What you will do
Set down, please, exactly the lines below that run from the line with "v 103.249 50.902 222.665" to the line with "v 103.519 51.509 223.389", both lines included.

Data extracted from a collection
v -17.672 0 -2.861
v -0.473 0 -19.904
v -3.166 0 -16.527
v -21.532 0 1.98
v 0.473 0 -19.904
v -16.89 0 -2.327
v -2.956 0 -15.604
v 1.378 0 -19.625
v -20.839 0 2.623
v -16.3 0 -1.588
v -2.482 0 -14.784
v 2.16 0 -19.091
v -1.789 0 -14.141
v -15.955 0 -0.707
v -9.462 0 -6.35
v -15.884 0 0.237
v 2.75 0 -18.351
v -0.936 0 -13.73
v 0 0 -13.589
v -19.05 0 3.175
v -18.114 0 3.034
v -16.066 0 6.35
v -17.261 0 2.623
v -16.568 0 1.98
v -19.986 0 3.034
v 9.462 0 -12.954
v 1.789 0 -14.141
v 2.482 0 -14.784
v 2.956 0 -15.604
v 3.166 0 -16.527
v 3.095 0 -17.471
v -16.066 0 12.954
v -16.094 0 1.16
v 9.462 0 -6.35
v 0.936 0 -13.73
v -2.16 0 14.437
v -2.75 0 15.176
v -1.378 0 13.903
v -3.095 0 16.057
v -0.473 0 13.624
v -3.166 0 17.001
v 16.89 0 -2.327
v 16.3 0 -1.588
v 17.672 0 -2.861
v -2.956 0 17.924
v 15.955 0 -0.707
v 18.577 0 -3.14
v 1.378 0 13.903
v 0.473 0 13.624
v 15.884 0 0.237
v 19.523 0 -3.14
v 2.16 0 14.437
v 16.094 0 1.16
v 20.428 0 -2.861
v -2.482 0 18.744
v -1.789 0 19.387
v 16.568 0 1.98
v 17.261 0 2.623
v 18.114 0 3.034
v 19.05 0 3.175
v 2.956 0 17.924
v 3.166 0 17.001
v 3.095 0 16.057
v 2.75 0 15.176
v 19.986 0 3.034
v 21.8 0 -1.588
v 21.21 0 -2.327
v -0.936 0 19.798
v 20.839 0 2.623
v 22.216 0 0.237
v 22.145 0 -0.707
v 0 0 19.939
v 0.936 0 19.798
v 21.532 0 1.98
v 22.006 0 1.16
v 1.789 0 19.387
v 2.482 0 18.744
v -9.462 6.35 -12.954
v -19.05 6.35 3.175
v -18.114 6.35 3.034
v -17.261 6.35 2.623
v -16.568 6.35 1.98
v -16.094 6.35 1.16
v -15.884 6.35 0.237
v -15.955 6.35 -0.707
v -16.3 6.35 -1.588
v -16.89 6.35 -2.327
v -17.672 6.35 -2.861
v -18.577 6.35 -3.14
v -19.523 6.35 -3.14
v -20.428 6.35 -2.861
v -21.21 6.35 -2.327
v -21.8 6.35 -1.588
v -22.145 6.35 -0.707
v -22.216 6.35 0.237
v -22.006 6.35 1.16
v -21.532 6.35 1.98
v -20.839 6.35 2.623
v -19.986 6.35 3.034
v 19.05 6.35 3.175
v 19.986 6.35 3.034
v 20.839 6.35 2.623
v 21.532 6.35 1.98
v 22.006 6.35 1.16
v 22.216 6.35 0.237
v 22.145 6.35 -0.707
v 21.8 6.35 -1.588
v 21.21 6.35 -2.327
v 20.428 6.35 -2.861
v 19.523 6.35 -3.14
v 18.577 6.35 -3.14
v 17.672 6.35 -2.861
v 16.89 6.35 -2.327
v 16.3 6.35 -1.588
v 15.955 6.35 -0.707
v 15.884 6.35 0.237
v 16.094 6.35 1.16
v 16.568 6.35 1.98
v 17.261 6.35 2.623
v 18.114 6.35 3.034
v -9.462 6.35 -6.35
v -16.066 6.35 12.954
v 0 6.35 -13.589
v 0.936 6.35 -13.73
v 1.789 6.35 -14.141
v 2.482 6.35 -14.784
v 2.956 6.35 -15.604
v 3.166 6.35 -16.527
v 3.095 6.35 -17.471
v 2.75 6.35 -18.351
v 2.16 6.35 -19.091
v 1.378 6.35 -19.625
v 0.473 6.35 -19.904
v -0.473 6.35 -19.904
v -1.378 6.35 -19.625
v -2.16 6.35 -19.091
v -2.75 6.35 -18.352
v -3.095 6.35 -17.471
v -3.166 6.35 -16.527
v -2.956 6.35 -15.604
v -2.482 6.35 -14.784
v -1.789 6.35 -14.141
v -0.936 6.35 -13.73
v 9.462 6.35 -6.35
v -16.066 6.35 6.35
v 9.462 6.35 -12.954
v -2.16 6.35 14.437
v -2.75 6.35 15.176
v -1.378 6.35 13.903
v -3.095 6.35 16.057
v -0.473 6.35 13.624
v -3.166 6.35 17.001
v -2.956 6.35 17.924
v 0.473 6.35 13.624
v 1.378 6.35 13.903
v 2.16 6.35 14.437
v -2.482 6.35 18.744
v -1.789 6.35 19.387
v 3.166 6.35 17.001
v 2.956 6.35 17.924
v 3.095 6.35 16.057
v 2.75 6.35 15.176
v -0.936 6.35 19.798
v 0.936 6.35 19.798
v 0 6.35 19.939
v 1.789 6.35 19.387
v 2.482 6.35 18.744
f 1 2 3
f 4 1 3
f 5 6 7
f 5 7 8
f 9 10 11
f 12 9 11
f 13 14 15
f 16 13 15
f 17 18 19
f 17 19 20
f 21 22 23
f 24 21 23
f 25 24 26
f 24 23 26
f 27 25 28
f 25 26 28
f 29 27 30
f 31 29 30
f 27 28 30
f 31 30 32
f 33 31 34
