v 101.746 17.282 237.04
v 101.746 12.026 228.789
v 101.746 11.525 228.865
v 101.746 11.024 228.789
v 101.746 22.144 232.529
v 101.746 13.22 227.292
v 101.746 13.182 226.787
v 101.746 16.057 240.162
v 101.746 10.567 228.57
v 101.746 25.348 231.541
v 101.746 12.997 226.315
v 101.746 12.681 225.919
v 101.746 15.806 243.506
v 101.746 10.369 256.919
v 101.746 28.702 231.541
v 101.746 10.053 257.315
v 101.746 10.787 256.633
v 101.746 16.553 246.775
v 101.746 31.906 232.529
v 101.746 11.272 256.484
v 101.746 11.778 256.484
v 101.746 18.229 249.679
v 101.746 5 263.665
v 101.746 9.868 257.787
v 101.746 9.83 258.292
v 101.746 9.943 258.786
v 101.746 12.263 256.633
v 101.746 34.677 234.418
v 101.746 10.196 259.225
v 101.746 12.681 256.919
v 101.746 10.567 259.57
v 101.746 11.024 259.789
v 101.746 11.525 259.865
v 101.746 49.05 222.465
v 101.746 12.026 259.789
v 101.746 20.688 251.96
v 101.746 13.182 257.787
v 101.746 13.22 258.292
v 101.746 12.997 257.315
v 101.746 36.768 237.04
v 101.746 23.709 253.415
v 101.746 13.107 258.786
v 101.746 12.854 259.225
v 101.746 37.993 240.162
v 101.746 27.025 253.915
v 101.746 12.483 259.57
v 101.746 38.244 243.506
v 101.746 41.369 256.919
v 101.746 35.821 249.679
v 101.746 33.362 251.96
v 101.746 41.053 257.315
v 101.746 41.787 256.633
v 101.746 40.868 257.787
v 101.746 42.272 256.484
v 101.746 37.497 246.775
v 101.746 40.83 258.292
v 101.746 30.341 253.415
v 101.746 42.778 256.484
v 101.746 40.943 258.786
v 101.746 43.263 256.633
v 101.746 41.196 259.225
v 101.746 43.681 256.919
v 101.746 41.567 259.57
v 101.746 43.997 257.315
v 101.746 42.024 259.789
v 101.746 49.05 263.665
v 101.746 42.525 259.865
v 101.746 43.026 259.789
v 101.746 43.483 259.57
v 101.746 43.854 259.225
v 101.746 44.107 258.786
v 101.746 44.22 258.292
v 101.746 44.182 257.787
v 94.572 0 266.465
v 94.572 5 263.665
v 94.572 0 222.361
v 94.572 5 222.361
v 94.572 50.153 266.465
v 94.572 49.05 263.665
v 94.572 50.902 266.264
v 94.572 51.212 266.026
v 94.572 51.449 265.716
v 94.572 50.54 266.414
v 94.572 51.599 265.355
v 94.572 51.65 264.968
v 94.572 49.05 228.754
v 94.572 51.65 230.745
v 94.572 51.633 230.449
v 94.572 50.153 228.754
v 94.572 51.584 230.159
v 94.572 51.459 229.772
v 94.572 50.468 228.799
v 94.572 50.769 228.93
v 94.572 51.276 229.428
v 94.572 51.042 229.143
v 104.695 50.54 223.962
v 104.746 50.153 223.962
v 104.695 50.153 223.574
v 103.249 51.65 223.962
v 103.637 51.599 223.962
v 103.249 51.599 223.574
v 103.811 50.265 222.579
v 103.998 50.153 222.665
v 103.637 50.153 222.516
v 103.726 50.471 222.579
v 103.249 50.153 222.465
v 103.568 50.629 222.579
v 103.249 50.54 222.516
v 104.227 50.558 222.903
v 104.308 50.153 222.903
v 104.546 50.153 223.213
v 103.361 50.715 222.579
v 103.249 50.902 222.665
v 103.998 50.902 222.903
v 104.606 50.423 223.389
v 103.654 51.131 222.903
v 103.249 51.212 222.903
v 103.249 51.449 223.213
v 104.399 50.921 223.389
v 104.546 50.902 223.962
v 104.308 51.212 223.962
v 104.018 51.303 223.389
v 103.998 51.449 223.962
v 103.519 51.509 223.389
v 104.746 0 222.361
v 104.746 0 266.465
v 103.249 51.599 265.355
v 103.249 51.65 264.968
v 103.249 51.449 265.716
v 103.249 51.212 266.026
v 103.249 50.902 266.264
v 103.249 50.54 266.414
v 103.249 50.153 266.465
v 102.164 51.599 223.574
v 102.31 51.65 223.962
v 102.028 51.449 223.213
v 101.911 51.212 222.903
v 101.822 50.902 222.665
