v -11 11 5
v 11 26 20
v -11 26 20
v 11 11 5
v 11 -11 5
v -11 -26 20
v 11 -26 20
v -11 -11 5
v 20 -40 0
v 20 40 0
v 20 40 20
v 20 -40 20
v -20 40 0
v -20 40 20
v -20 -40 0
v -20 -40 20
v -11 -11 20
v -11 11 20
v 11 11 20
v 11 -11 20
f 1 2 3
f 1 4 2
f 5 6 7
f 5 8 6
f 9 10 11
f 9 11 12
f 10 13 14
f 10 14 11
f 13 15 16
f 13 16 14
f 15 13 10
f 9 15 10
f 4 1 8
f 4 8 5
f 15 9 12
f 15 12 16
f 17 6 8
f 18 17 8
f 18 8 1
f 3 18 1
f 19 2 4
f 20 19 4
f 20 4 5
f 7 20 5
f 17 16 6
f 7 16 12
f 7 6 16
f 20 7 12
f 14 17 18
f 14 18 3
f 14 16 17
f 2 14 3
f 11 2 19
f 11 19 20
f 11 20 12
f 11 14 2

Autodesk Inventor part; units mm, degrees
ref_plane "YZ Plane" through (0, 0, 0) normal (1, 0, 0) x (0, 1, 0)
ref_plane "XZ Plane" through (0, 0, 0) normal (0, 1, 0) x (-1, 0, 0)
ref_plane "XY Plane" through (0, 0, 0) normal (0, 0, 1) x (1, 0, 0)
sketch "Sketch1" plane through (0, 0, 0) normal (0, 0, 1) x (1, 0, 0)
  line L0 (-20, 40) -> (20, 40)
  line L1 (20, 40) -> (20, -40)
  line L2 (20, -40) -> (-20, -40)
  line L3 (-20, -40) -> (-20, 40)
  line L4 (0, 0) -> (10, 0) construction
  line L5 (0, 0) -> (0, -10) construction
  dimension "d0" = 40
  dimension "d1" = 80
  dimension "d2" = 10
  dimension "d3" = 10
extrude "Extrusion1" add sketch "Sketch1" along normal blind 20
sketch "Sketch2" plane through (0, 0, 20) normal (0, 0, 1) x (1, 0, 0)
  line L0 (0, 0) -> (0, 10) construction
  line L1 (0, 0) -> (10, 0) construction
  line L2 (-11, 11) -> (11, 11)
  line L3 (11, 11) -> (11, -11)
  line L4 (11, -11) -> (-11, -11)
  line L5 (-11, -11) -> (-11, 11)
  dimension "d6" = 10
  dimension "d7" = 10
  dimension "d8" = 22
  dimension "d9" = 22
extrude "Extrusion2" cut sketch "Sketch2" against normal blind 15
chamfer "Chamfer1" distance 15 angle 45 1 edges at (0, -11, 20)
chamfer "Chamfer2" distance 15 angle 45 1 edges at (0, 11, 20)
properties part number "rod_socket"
==
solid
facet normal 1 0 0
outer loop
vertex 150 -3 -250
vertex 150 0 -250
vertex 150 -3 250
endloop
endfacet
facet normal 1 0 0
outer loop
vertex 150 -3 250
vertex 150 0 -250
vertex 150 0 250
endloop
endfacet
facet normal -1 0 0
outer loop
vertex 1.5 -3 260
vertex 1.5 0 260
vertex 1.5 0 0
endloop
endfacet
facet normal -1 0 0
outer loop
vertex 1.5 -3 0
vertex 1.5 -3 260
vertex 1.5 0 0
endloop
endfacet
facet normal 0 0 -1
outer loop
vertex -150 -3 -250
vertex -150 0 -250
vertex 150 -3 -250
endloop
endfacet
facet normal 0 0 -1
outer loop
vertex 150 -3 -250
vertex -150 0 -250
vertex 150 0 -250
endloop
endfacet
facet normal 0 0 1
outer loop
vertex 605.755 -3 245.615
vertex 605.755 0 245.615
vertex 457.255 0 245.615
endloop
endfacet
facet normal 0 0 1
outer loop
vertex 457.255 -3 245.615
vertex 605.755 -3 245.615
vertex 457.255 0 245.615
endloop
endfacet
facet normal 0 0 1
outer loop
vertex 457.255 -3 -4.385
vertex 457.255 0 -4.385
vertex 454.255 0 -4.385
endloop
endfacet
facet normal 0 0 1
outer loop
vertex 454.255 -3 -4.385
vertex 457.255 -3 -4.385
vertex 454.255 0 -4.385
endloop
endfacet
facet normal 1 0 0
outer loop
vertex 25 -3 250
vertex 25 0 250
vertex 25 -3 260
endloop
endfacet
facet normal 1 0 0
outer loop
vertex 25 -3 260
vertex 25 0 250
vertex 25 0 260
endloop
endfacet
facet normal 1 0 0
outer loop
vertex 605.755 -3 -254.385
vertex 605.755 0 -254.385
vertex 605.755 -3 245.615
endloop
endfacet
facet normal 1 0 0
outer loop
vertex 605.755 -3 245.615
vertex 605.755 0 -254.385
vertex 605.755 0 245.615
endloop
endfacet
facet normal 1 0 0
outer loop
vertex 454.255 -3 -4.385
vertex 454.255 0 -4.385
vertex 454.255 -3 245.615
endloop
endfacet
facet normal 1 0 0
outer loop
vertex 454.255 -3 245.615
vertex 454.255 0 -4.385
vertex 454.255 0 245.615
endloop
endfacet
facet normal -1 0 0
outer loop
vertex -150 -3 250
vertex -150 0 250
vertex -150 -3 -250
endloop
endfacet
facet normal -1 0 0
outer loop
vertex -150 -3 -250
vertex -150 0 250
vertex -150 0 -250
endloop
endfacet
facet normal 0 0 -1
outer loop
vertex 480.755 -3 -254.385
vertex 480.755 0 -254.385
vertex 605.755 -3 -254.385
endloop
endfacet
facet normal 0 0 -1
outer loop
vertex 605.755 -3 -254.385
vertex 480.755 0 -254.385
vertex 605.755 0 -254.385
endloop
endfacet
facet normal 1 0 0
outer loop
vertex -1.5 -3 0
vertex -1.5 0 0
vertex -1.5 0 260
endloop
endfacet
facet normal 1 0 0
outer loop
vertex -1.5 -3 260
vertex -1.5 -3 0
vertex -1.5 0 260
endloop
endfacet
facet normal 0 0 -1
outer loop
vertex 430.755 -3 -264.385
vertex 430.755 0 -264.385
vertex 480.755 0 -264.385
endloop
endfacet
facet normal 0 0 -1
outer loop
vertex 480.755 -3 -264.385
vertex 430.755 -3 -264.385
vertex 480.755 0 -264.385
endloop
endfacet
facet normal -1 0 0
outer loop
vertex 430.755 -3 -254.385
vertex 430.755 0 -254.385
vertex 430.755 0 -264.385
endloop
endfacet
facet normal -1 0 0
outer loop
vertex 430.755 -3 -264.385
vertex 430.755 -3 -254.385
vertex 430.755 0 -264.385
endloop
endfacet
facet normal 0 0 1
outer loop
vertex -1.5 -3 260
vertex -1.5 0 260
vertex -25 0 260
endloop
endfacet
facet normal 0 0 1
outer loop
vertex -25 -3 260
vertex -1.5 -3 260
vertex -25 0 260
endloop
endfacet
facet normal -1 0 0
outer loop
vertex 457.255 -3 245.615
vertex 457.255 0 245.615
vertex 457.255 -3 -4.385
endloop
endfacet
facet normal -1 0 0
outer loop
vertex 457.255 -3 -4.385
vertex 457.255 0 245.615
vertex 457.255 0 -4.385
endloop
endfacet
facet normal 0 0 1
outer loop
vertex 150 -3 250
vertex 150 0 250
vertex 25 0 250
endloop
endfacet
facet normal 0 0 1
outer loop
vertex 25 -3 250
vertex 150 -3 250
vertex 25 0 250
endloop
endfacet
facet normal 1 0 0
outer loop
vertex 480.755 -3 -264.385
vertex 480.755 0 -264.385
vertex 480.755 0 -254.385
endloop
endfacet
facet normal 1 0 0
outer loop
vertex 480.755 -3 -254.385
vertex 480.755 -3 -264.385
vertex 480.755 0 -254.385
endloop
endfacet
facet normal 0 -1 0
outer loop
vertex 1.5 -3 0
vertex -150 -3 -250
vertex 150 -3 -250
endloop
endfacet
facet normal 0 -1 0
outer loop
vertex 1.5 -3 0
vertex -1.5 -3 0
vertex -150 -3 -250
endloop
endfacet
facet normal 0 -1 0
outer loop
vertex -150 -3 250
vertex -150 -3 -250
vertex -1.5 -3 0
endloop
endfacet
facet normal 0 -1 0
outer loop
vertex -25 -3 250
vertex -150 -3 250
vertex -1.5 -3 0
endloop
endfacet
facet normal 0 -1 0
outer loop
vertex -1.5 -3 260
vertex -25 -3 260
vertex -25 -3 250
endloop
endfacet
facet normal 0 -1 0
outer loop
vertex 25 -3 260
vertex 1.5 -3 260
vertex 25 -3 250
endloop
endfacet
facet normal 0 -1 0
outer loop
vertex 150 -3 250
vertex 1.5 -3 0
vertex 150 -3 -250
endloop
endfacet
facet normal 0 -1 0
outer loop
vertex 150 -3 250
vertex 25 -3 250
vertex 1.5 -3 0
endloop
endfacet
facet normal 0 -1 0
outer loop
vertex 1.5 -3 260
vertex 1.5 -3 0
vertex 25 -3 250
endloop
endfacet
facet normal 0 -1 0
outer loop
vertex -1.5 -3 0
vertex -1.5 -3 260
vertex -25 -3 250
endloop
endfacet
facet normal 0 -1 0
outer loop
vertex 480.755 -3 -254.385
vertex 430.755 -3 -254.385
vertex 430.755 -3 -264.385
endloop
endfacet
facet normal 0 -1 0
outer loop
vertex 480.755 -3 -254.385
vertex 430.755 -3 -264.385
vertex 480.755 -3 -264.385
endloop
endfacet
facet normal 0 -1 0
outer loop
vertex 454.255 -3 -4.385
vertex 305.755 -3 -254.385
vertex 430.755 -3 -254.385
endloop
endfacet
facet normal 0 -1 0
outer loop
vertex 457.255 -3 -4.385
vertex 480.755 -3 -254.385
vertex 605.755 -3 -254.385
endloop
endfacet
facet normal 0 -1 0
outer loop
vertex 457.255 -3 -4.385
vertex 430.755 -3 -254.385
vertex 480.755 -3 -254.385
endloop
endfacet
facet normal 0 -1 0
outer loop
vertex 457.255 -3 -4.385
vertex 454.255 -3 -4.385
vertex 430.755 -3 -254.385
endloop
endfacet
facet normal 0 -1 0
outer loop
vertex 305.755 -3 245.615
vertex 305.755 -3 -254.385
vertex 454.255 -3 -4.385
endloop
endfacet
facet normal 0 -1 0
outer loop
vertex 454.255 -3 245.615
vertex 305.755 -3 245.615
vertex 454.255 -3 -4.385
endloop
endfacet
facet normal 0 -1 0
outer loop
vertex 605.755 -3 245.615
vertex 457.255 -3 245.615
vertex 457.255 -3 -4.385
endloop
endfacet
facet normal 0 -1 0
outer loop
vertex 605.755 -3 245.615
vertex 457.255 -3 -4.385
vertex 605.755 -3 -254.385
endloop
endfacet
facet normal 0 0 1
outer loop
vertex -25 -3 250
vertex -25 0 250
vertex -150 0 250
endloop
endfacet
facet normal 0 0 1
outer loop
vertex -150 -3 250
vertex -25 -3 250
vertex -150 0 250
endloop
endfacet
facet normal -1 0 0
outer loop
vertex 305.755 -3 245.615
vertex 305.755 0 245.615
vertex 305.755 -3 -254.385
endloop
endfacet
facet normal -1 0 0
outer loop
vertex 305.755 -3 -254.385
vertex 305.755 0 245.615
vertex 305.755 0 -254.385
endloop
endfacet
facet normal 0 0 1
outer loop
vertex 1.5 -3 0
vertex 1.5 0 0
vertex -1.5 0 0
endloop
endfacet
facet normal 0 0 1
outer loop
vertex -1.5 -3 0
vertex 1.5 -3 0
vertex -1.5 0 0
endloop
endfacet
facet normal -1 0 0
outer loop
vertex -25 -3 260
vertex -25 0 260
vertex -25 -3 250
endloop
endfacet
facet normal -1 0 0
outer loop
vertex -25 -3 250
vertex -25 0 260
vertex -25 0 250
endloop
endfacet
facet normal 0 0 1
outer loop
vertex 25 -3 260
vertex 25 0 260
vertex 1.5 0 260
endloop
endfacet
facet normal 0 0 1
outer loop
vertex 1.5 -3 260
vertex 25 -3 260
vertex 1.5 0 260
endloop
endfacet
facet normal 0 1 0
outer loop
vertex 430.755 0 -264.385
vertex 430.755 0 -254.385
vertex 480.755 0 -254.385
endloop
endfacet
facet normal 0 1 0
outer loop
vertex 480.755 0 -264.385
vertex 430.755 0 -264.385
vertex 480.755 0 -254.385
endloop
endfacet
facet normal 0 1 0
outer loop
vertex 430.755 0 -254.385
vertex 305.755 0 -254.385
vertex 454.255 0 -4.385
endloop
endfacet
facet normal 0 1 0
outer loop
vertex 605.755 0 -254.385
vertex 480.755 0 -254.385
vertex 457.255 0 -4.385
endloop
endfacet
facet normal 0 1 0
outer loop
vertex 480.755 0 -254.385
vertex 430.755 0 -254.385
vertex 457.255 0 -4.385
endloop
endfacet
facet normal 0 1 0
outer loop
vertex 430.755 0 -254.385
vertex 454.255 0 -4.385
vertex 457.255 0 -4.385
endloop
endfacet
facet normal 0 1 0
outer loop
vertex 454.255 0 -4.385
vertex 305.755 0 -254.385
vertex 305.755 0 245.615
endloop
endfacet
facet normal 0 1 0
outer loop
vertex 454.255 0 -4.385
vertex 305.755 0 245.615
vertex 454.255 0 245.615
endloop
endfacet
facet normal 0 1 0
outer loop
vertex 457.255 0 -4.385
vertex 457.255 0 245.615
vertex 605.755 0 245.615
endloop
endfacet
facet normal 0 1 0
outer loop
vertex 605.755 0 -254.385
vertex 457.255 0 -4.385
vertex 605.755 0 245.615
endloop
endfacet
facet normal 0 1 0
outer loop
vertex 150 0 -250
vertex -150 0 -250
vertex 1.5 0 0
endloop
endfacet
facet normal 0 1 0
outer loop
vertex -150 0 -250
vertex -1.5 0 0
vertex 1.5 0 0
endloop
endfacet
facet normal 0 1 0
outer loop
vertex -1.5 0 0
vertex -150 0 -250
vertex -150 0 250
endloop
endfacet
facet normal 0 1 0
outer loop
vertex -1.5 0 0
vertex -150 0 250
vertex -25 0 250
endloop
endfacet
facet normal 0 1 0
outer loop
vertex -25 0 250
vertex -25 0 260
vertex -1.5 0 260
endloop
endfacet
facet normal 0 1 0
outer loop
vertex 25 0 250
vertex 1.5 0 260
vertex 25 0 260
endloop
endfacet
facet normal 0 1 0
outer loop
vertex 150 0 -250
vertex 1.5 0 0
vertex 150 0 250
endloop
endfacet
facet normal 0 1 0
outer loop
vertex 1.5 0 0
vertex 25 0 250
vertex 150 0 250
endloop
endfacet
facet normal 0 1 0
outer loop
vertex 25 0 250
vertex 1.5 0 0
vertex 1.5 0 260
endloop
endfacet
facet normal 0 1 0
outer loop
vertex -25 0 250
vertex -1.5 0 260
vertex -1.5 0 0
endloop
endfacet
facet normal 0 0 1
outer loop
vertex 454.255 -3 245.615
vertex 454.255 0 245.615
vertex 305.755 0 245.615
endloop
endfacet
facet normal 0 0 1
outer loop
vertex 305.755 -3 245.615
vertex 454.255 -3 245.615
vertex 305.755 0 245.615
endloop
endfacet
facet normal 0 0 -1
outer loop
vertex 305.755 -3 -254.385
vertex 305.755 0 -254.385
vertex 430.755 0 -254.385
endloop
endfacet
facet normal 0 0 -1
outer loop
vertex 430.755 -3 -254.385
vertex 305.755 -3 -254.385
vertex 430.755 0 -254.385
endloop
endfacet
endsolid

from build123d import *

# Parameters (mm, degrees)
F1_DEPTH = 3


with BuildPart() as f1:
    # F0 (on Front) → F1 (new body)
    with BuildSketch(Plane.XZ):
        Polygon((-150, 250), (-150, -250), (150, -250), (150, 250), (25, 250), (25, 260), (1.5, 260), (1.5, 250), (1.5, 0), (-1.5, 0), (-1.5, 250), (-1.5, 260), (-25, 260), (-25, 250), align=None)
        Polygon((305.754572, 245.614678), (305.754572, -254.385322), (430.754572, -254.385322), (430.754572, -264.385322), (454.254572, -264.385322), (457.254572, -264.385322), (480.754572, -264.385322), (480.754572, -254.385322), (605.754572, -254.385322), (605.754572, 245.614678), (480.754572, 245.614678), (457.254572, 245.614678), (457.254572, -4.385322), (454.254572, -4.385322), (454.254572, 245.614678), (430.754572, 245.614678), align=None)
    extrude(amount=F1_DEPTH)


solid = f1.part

Written answer
v 103.249 50.902 222.665
v 103.998 50.902 222.903
v 104.606 50.423 223.389
v 103.654 51.131 222.903
v 103.249 51.212 222.903
v 103.249 51.449 223.213
v 104.399 50.921 223.389
v 104.546 50.902 223.962
v 104.308 51.212 223.962
v 104.018 51.303 223.389
v 103.998 51.449 223.962
v 103.519 51.509 223.389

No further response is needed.